Thursday, June 09, 2005

Democracy as Pluralism

John McGowan, the blogger at Public Intelligence, but who is also guest blogging over at Michael Berube's perch, weighs in on the Republican assault on democracy:

Because liberalism aims to insure peace and prevent tyranny in pluralistic societies, it often works to establish zones of mutual indifference. Liberalism strives to place lots of individual actions outside the pale of politics, beyond interference from the state or other powers. And, culturally, it strives to promote tolerance, where tolerance is, at a minimum, indifference to the choices and actions of others and, at best, a recognition that diversity yields some social benefits.


Except for what are generally weak claims for the benefits of diversity (weak not in the sense of being unconvincing, but weak in the sense that no very major social benefit is claimed and some costs are acknowledged), the liberal argument for non-political interference, for privacy and individual autonomy, is primarily negative. Conflict is the result of trying to tell people what to believe and what to do, so we are better off cultivating a talent for resisting our inclinations to insist that others see the world and run their lives the way I do.

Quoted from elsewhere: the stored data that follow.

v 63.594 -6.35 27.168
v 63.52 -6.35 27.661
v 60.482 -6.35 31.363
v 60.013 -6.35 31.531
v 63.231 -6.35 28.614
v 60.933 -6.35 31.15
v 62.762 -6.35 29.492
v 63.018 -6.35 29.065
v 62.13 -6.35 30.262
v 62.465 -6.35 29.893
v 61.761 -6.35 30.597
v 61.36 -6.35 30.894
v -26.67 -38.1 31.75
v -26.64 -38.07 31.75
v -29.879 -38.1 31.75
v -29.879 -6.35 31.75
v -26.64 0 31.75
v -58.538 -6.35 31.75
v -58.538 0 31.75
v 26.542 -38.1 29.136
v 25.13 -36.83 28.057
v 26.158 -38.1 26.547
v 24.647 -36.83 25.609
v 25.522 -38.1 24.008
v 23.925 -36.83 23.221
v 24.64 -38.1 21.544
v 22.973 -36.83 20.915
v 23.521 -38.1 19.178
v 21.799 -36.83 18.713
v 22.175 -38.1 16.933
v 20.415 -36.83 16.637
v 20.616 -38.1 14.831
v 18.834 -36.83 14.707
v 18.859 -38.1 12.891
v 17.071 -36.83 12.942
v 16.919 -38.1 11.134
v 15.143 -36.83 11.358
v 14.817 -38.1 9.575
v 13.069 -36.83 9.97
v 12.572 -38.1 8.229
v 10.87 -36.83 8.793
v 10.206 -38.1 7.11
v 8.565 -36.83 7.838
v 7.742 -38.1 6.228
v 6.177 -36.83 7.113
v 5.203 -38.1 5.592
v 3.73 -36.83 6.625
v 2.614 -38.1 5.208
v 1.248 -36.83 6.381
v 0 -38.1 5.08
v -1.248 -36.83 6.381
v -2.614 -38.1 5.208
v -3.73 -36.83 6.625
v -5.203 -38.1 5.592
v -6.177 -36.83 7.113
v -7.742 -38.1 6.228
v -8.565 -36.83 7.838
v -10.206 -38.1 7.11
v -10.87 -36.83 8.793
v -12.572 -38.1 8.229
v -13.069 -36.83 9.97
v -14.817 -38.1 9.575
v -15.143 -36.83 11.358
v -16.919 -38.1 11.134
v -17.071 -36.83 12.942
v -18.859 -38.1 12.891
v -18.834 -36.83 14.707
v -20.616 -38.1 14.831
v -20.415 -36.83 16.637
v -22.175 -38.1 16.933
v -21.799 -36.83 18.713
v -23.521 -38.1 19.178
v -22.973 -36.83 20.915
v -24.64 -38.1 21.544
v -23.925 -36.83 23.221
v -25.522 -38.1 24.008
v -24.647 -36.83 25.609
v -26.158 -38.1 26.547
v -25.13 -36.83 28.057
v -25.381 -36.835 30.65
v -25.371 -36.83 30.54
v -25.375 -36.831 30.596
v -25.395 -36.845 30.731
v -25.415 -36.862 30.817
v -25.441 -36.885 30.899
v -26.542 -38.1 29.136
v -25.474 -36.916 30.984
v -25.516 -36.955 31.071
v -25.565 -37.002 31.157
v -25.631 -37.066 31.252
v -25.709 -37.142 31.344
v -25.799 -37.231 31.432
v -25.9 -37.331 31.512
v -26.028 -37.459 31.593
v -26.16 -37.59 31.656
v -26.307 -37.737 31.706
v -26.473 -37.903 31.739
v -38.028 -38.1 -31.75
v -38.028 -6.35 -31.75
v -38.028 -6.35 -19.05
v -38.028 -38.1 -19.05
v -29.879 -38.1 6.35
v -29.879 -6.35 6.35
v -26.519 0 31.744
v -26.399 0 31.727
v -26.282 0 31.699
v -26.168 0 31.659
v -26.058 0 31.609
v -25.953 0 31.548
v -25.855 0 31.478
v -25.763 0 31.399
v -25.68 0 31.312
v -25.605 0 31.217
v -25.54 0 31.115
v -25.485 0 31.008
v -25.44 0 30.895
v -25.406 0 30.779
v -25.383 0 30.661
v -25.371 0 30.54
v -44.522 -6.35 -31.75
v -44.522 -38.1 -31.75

But liberalism also provides a positive response to pluralism. It guarantees, through freedoms of speech, the press, and association, and through the institutional mechanisms of election, jury trials, and legislative deliberations, the active engagement of citizens with one another. Liberals should, I believe, promote in every way possible the existence of a vibrant, accessible, and uncensored public sphere (or, to use another term for it, civil society). In short, liberalism proliferates the occasions where citizens of different opinions, backgrounds, creeds etc. mingle with one another, express their views, and argue about specific issues. And, in some but not all cases, these settings have to move to a decision that is then accepted, even when not very satisfying, by all the parties involved.

The key point here is that democratic procedures of decision-making, which guarantee to all interested parties their chance to say their piece (their chance to sway others by argument) and use the vote and majority rule to adjudicate differences, is a vital liberal expedient for keeping the peace. That's because democracy, amazingly enough, has proven an astoundingly effective way to get people to accept peacefully the fact that they have ended up on the losing side of a political debate that was resolved by a vote.

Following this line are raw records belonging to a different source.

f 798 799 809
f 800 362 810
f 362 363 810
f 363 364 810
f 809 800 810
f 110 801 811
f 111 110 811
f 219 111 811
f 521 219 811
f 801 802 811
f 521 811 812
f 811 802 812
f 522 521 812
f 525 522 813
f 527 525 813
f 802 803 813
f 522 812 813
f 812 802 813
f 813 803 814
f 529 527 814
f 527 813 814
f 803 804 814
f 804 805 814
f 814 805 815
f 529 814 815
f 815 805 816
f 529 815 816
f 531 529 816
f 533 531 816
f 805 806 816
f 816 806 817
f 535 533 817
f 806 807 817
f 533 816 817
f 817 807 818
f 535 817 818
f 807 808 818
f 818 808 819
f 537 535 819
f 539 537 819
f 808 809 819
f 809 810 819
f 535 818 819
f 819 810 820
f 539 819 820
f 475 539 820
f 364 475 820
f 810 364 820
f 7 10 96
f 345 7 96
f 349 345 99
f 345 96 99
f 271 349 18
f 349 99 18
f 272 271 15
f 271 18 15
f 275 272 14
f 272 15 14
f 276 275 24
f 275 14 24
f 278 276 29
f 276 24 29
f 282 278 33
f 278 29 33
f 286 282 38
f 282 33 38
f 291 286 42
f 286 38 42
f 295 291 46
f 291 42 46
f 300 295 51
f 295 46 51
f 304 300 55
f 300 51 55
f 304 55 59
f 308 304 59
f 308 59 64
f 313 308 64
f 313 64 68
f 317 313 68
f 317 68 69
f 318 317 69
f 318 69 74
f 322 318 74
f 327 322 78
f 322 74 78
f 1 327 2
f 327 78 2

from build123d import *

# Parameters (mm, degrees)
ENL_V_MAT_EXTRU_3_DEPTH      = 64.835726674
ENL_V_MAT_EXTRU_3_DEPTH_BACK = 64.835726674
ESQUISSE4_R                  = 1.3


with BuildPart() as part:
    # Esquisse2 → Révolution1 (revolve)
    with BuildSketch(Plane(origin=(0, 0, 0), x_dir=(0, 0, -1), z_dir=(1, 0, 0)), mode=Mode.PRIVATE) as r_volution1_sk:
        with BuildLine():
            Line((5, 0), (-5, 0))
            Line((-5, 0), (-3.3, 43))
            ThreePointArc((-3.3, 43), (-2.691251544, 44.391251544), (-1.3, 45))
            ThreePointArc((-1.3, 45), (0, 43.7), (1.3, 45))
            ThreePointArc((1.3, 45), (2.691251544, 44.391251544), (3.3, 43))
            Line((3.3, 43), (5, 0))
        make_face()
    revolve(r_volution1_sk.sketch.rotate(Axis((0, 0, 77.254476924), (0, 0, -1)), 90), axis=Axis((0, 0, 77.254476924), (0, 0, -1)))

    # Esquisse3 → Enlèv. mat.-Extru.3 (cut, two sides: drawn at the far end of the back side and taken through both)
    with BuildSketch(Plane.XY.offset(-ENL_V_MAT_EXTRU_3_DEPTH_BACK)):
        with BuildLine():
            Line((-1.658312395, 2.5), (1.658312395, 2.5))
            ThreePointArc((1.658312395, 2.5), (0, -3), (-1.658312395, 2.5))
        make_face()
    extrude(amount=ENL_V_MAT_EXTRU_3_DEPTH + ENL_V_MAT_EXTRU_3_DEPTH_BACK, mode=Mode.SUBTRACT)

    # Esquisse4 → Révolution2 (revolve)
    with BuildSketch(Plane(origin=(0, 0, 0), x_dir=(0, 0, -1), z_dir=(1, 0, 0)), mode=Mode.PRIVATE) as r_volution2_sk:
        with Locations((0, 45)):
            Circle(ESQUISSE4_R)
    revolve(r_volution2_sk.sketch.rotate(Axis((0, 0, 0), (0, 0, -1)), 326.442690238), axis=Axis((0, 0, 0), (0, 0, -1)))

The larger point, however, is the decline of the commons... So I am definitely talking about a perennial problem in all liberal democracies. Liberalism is always kicking against the pricks, is always struggling against powers' desire to exclude, to consolidate, to have it all its way. Establishing and maintaining a vital public sphere is never easy.

First off, I want to paraphrase John's essay and say that what John is suggesting here is that the essential dilemma in American politics is between those who favor and want to continue the process of pluralism (liberals, progressives) and those who do not (conservatives). Obviously I agree with this viewpoint and think much of our current debates either avoid this conflict, or otherwise tilt to the wrong side of it (in the case of Faux News, Ann Coulter, etc, it's not a matter of tilting--it's an all-out assault on the assumption and value of pluralism).

I also want to highlight what otherwise might be marginalized in his essay by suggesting that, as John says, "Liberalism is always kicking against the pricks." In other words, liberals are tempted to think that there was once a golden age of liberalism that conservatives have gradually and subtedly taken away. I think this perception is false, in that the American story has always been one of trying to push the boundaries of prejudice and power to including more people (whether they be of another race as in past struggles, or whether they be of different religious preferences and sexual norms, as is the primary struggle today). But I don't think it's accurate to believe that the current conservative juggernaught is in some way a change from a more liberal, Democratic era. I don't believe it is.

Probably best to recognize, as Bilmon does in his post from the other day, that liberals are for the most part going against the grain of conformity and authoritarianism in their support of minority rights and interests.

Finally, it's again worth noting that for conservatives, the "problem" is "personal responsibility" or the supposed lack thereof, meaning that government and society's role is a punitive one, designed to make people "behave" and conform to nationalistic or imagined majority norms.

For liberals, the problem is how to minimize the abuses of power, particularly as it concerns the rights and aspirations of society's "irregulars".

Needless to say, this has always been, and will undoubtedly continue to be, a struggle of monumental proportions, and a struggle in which there will likely be more losses than wins. Over time, however, liberalism hopes to advance the causes of the traditionally disenfranchised, establish the grounds for a productive and safe pluralistic society and to expand the room and tenor of the commons.